O IBGE define como desocupadas as pessoas que não possuem emprego, mas que estão ativamente buscando uma oportunidade no mercado de trabalho. Este critério segue padrões internacionais, garantindo a comparabilidade dos dados.
A pesquisa também aponta que a população empregada em Mato Grosso no segundo trimestre de 2025 foi estimada em 2 milhões de pessoas, mantendo-se estável em relação ao mesmo período do ano anterior, sem variações estatisticamente significativas.
Entretanto, nem todos os indicadores foram positivos. Os dados revelaram um aumento na taxa de informalidade no estado durante o segundo trimestre de 2025, alcançando 35,5%. Este valor representa um aumento de 1,8 pontos percentuais em relação ao mesmo período de 2024, sinalizando um desafio para a formalização do mercado de trabalho local.
Desemprego em Queda em Diversos Estados Brasileiros
Em âmbito nacional, a taxa de desemprego no Brasil atingiu 5,8% no segundo trimestre de 2025, representando uma queda em relação ao primeiro trimestre, quando o índice era de 7%. Este é o menor patamar registrado para o período desde 2012, quando o IBGE iniciou o cálculo do indicador. A taxa de desemprego caiu em 18 estados brasileiros, refletindo uma tendência de recuperação do mercado de trabalho em diversas regiões do país.
Os estados que registraram queda na taxa de desemprego foram: Santa Catarina (SC), Goiás (GO), Espírito Santo (ES), Rio Grande do Sul (RS), Mato Grosso do Sul (MS), São Paulo (SP), Rio de Janeiro (RJ), Ceará (CE), Maranhão (MA), Alagoas (AL), Amapá (AP), Piauí (PI), Paraíba (PB), Minas Gerais (MG), Pará (PA), Bahia (BA), Amazonas (AM) e Rio Grande do Norte (RN).

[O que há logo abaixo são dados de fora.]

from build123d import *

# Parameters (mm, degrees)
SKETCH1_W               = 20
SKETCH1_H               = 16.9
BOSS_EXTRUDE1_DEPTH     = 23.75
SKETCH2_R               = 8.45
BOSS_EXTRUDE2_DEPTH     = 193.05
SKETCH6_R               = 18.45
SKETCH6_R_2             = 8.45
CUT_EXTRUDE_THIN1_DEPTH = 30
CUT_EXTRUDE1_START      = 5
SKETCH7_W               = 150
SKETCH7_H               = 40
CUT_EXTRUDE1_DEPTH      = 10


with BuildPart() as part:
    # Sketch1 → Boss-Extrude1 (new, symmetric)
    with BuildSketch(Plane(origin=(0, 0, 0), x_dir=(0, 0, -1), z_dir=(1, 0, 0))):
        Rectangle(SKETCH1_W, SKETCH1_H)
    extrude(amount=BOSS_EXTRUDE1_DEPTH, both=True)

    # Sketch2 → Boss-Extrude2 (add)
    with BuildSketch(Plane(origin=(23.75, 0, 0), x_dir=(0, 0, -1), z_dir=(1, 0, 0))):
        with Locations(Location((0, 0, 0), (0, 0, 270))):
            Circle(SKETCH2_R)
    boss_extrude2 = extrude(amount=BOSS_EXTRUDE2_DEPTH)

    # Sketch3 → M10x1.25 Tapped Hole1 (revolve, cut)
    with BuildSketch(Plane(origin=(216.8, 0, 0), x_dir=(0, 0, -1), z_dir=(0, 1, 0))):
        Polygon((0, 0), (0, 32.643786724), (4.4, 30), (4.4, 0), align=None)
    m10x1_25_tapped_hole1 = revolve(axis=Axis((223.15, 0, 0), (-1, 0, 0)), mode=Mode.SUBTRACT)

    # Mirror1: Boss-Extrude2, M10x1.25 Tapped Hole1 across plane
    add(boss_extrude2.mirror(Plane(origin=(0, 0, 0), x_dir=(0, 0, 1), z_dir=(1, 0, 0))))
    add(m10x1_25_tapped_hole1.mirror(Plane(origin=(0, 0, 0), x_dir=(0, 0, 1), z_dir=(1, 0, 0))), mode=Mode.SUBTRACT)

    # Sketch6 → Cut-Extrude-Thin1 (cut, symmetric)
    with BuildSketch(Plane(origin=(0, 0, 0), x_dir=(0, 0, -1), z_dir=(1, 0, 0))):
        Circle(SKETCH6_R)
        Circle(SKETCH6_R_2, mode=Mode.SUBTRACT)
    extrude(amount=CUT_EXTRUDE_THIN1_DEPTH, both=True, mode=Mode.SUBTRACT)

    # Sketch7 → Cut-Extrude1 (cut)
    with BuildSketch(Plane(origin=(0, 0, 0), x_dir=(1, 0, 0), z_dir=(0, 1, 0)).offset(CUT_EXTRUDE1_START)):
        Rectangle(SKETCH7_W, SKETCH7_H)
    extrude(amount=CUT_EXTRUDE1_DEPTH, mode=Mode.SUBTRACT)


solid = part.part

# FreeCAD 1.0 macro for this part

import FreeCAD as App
import Part
import Sketcher

V = App.Vector
Q = App.Units.Quantity

doc = App.newDocument("Part")
body = doc.addObject("PartDesign::Body", "Body")

# Sketch on YZ plane
sketch1 = body.newObject("Sketcher::SketchObject", "Sketch")
sketch1.AttachmentSupport = (doc.getObject("YZ_Plane"), [""])
sketch1.MapMode = "FlatFace"
sketch1.addGeometry([
    Part.LineSegment(V(8.45, 10, 0), V(-8.45, 10, 0)),
    Part.LineSegment(V(-8.45, 10, 0), V(-8.45, -10, 0)),
    Part.LineSegment(V(-8.45, -10, 0), V(8.45, -10, 0)),
    Part.LineSegment(V(8.45, -10, 0), V(8.45, 10, 0)),
], False)
sketch1.addConstraint([
    Sketcher.Constraint("Coincident", 0, 2, 1, 1),
    Sketcher.Constraint("Coincident", 1, 2, 2, 1),
    Sketcher.Constraint("Coincident", 2, 2, 3, 1),
    Sketcher.Constraint("Coincident", 3, 2, 0, 1),
    Sketcher.Constraint("Horizontal", 0),
    Sketcher.Constraint("Vertical", 1),
    Sketcher.Constraint("Horizontal", 2),
    Sketcher.Constraint("Vertical", 3),
    Sketcher.Constraint("Symmetric", 0, 2, 2, 2, -1, 1),
    Sketcher.Constraint("DistanceY", 1, 2, 1, 1, Q("20 mm")),
    Sketcher.Constraint("DistanceX", 0, 2, 0, 1, Q("16.9 mm")),
])
pad1 = body.newObject("PartDesign::Pad", "Pad")
pad1.Profile = sketch1
pad1.Length = 47.5
pad1.Midplane = True

# Sketch on YZ plane
sketch2 = body.newObject("Sketcher::SketchObject", "Sketch001")
sketch2.AttachmentSupport = (doc.getObject("YZ_Plane"), [""])
sketch2.MapMode = "FlatFace"
sketch2.AttachmentOffset = App.Placement(V(0, 0, 23.75), App.Rotation())
sketch2.addGeometry(Part.Circle(V(0, 0, 0), V(0, 0, 1), 8.45), False)
sketch2.addConstraint([
    Sketcher.Constraint("Coincident", 0, 3, -1, 1),
    Sketcher.Constraint("Diameter", 0, Q("16.9 mm")),
])
pad2 = body.newObject("PartDesign::Pad", "Pad001")
pad2.Profile = sketch2
pad2.Length = 193.05

# Sketch on XZ plane
sketch3 = body.newObject("Sketcher::SketchObject", "Sketch002")
sketch3.AttachmentSupport = (doc.getObject("XZ_Plane"), [""])
sketch3.MapMode = "FlatFace"
sketch3.addGeometry([
    Part.LineSegment(V(184.156213, 0, 0), V(216.8, 0, 0)),
    Part.LineSegment(V(216.8, 0, 0), V(216.8, -4.4, 0)),
    Part.LineSegment(V(216.8, -4.4, 0), V(186.8, -4.4, 0)),
    Part.LineSegment(V(186.8, -4.4, 0), V(184.156213, 0, 0)),
], False)
sketch3.addConstraint([
    Sketcher.Constraint("Coincident", 0, 2, 1, 1),
    Sketcher.Constraint("Coincident", 1, 2, 2, 1),
    Sketcher.Constraint("Coincident", 2, 2, 3, 1),
    Sketcher.Constraint("Coincident", 3, 2, 0, 1),
    Sketcher.Constraint("Horizontal", 0),
    Sketcher.Constraint("Vertical", 1),
    Sketcher.Constraint("Horizontal", 2),
    Sketcher.Constraint("PointOnObject", 0, 2, -1),
    Sketcher.Constraint("DistanceX", 2, 2, 2, 1, Q("30 mm")),
    Sketcher.Constraint("Angle", 3, Q("121 deg")),
    Sketcher.Constraint("DistanceY", 1, 2, 1, 1, Q("4.4 mm")),
    Sketcher.Constraint("DistanceX", -1, 1, 0, 2, Q("216.8 mm")),
])
groove = body.newObject("PartDesign::Groove", "Groove")
groove.Profile = sketch3
groove.ReferenceAxis = (sketch3, ["H_Axis"])
groove.Angle = 360
doc.recompute()

mirrored = body.newObject("PartDesign::Mirrored", "Mirrored")
mirrored.Originals = [pad2, groove]
mirrored.MirrorPlane = (doc.getObject("YZ_Plane"), [""])
body.Tip = mirrored

# Sketch on YZ plane
sketch4 = body.newObject("Sketcher::SketchObject", "Sketch003")
sketch4.AttachmentSupport = (doc.getObject("YZ_Plane"), [""])
sketch4.MapMode = "FlatFace"
sketch4.addGeometry([
    Part.Circle(V(0, 0, 0), V(0, 0, 1), 18.45),
    Part.Circle(V(0, 0, 0), V(0, 0, 1), 8.45),
], False)
sketch4.addConstraint([
    Sketcher.Constraint("Coincident", 0, 3, -1, 1),
    Sketcher.Constraint("Coincident", 1, 3, -1, 1),
    Sketcher.Constraint("Diameter", 0, Q("36.9 mm")),
    Sketcher.Constraint("Diameter", 1, Q("16.9 mm")),
])
pocket1 = body.newObject("PartDesign::Pocket", "Pocket")
pocket1.Profile = sketch4
pocket1.Length = 60
pocket1.Midplane = True

# Sketch on XZ plane
sketch5 = body.newObject("Sketcher::SketchObject", "Sketch004")
sketch5.AttachmentSupport = (doc.getObject("XZ_Plane"), [""])
sketch5.MapMode = "FlatFace"
sketch5.AttachmentOffset = App.Placement(V(0, 0, -5), App.Rotation())
sketch5.addGeometry([
    Part.LineSegment(V(-75, -20, 0), V(-75, 20, 0)),
    Part.LineSegment(V(-75, 20, 0), V(75, 20, 0)),
    Part.LineSegment(V(75, 20, 0), V(75, -20, 0)),
    Part.LineSegment(V(75, -20, 0), V(-75, -20, 0)),
], False)
sketch5.addConstraint([
    Sketcher.Constraint("Coincident", 0, 2, 1, 1),
    Sketcher.Constraint("Coincident", 1, 2, 2, 1),
    Sketcher.Constraint("Coincident", 2, 2, 3, 1),
    Sketcher.Constraint("Coincident", 3, 2, 0, 1),
    Sketcher.Constraint("Vertical", 0),
    Sketcher.Constraint("Horizontal", 1),
    Sketcher.Constraint("Vertical", 2),
    Sketcher.Constraint("Horizontal", 3),
    Sketcher.Constraint("Symmetric", 0, 2, 2, 2, -1, 1),
    Sketcher.Constraint("DistanceX", 1, 1, 1, 2, Q("150 mm")),
    Sketcher.Constraint("DistanceY", 0, 1, 0, 2, Q("40 mm")),
])
pocket2 = body.newObject("PartDesign::Pocket", "Pocket001")
pocket2.Profile = sketch5
pocket2.Length = 10

doc.recompute()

As maiores taxas de desemprego foram observadas em Pernambuco (10,4%), Bahia (9,1%) e Distrito Federal (8,7%), indicando disparidades regionais no mercado de trabalho brasileiro.

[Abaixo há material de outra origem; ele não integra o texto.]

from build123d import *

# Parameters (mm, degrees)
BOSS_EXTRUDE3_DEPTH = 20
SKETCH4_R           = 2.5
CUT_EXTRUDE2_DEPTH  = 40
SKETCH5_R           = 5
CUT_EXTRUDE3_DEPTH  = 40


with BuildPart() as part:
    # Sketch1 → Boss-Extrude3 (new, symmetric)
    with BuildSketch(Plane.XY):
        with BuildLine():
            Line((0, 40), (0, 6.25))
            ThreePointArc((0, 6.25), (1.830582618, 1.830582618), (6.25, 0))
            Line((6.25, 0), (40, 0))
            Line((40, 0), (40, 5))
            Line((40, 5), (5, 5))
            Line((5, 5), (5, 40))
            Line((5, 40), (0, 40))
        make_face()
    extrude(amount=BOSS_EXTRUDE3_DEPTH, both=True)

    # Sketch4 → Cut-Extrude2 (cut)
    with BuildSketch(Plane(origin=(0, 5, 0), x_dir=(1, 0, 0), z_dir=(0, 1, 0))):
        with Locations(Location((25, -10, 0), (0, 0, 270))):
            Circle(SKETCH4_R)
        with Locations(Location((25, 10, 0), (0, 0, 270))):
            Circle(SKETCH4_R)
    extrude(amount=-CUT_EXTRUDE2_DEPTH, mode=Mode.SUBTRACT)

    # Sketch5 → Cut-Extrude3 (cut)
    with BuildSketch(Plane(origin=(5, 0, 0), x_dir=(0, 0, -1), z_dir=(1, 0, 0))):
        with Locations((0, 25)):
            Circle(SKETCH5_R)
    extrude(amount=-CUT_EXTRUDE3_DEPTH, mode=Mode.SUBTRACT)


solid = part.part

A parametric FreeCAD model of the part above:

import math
import FreeCAD as App
import Part
import Sketcher

V = App.Vector

doc = App.newDocument("Part")
params = doc.addObject("Spreadsheet::Sheet", "Params")
for row, (alias, value) in enumerate([
    ("sketch1_width", "35 mm"),
    ("sketch1_width2", "5 mm"),
    ("sketch1_radius", "6.25 mm"),
    ("pad1_length", "40 mm"),
    ("sketch2_diameter", "5 mm"),
    ("pocket1_length", "40 mm"),
    ("sketch3_diameter", "10 mm"),
    ("pocket2_length", "40 mm"),
], start=1):
    params.set(f"A{row}", alias)
    params.set(f"B{row}", "=" + value)
    params.setAlias(f"B{row}", alias)

body = doc.addObject("PartDesign::Body", "Body")

# Sketch on XY plane
sketch1 = doc.addObject("Sketcher::SketchObject", "Sketch")
body.addObject(sketch1)
sketch1.AttachmentSupport = (doc.XY_Plane, [""])
sketch1.MapMode = "FlatFace"
sketch1.addGeometry(Part.LineSegment(V(0, 40, 0), V(0, 6, 0)), False)
sketch1.addGeometry(Part.ArcOfCircle(Part.Circle(V(6, 6, 0), V(0, 0, 1), 6), math.radians(-180), math.radians(-90)), False)
sketch1.addGeometry(Part.LineSegment(V(6, 0, 0), V(40, 0, 0)), False)
sketch1.addGeometry(Part.LineSegment(V(40, 0, 0), V(40, 5, 0)), False)
sketch1.addGeometry(Part.LineSegment(V(40, 5, 0), V(5, 5, 0)), False)
sketch1.addGeometry(Part.LineSegment(V(5, 5, 0), V(5, 40, 0)), False)
sketch1.addGeometry(Part.LineSegment(V(5, 40, 0), V(0, 40, 0)), False)
sketch1.addConstraint(Sketcher.Constraint("Tangent", 0, 2, 1, 1))
sketch1.addConstraint(Sketcher.Constraint("Tangent", 1, 2, 2, 1))
sketch1.addConstraint(Sketcher.Constraint("Coincident", 2, 2, 3, 1))
sketch1.addConstraint(Sketcher.Constraint("Coincident", 3, 2, 4, 1))
sketch1.addConstraint(Sketcher.Constraint("Coincident", 4, 2, 5, 1))
sketch1.addConstraint(Sketcher.Constraint("Coincident", 5, 2, 6, 1))
sketch1.addConstraint(Sketcher.Constraint("Coincident", 6, 2, 0, 1))
sketch1.addConstraint(Sketcher.Constraint("Vertical", 0))
sketch1.addConstraint(Sketcher.Constraint("Horizontal", 2))
sketch1.addConstraint(Sketcher.Constraint("Vertical", 3))
sketch1.addConstraint(Sketcher.Constraint("Horizontal", 4))
sketch1.addConstraint(Sketcher.Constraint("Vertical", 5))
sketch1.addConstraint(Sketcher.Constraint("Horizontal", 6))
sketch1.addConstraint(Sketcher.Constraint("PointOnObject", 0, 2, -2))
sketch1.addConstraint(Sketcher.Constraint("PointOnObject", 1, 2, -1))
sketch1.addConstraint(Sketcher.Constraint("Equal", 2, 0))
sketch1.addConstraint(Sketcher.Constraint("Equal", 6, 3))
sketch1.addConstraint(Sketcher.Constraint("DistanceX", 4, 2, 4, 1, 35.0))
sketch1.addConstraint(Sketcher.Constraint("DistanceX", 6, 2, 6, 1, 5.0))
sketch1.addConstraint(Sketcher.Constraint("Radius", 1, 6.25))
sketch1.setExpression("Constraints[17]", "Params.sketch1_width")
sketch1.setExpression("Constraints[18]", "Params.sketch1_width2")
sketch1.setExpression("Constraints[19]", "Params.sketch1_radius")
pad1 = doc.addObject("PartDesign::Pad", "Pad")
body.addObject(pad1)
pad1.Profile = sketch1
pad1.setExpression("Length", "Params.pad1_length")
pad1.Midplane = True

# Sketch on XZ plane
sketch2 = doc.addObject("Sketcher::SketchObject", "Sketch001")
body.addObject(sketch2)
sketch2.AttachmentSupport = (doc.XZ_Plane, [""])
sketch2.MapMode = "FlatFace"
sketch2.AttachmentOffset = App.Placement(V(0, 0, -5), App.Rotation())
sketch2.addGeometry(Part.Circle(V(25, 10, 0), V(0, 0, 1), 2.5), False)
sketch2.addGeometry(Part.Circle(V(25, -10, 0), V(0, 0, 1), 2.5), False)
sketch2.addConstraint(Sketcher.Constraint("Equal", 0, 1))
sketch2.addConstraint(Sketcher.Constraint("Symmetric", 0, 3, 1, 3, -1))
sketch2.addConstraint(Sketcher.Constraint("Diameter", 0, 5.0))
sketch2.addConstraint(Sketcher.Constraint("DistanceX", -1, 1, 0, 3, 25.0))
sketch2.addConstraint(Sketcher.Constraint("DistanceY", -1, 1, 0, 3, 10.0))
sketch2.setExpression("Constraints[2]", "Params.sketch2_diameter")
pocket1 = doc.addObject("PartDesign::Pocket", "Pocket")
body.addObject(pocket1)
pocket1.Profile = sketch2
pocket1.setExpression("Length", "Params.pocket1_length")
pocket1.Reversed = True

# Sketch on YZ plane
sketch3 = doc.addObject("Sketcher::SketchObject", "Sketch002")
body.addObject(sketch3)
sketch3.AttachmentSupport = (doc.YZ_Plane, [""])
sketch3.MapMode = "FlatFace"
sketch3.AttachmentOffset = App.Placement(V(0, 0, 5), App.Rotation())
sketch3.addGeometry(Part.Circle(V(25, 0, 0), V(0, 0, 1), 5), False)
sketch3.addConstraint(Sketcher.Constraint("PointOnObject", 0, 3, -1))
sketch3.addConstraint(Sketcher.Constraint("Diameter", 0, 10.0))
sketch3.addConstraint(Sketcher.Constraint("DistanceX", -1, 1, 0, 3, 25.0))
sketch3.setExpression("Constraints[1]", "Params.sketch3_diameter")
pocket2 = doc.addObject("PartDesign::Pocket", "Pocket001")
body.addObject(pocket2)
pocket2.Profile = sketch3
pocket2.setExpression("Length", "Params.pocket2_length")

doc.recompute()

“O primeiro trimestre mostrou que o mercado conseguia absorver grande parte da mão de obra temporária. Agora, os dados do segundo trimestre confirmam que o mercado continua resistente a pioras, indicando um cenário positivo”, avalia William Araújo, pesquisador do IBGE. Segundo ele, essa resiliência explica o aumento do emprego formal e a redução da informalidade no país como um todo. Apesar dos avanços, o estudo também destaca que jovens negras ainda são desproporcionalmente afetadas pelo desemprego no Brasil. A análise detalhada dos dados revela nuances importantes sobre as dinâmicas do mercado de trabalho e os desafios a serem superados para garantir oportunidades iguais para todos. O cenário do Desemprego Mato Grosso 2025, portanto, merece atenção contínua.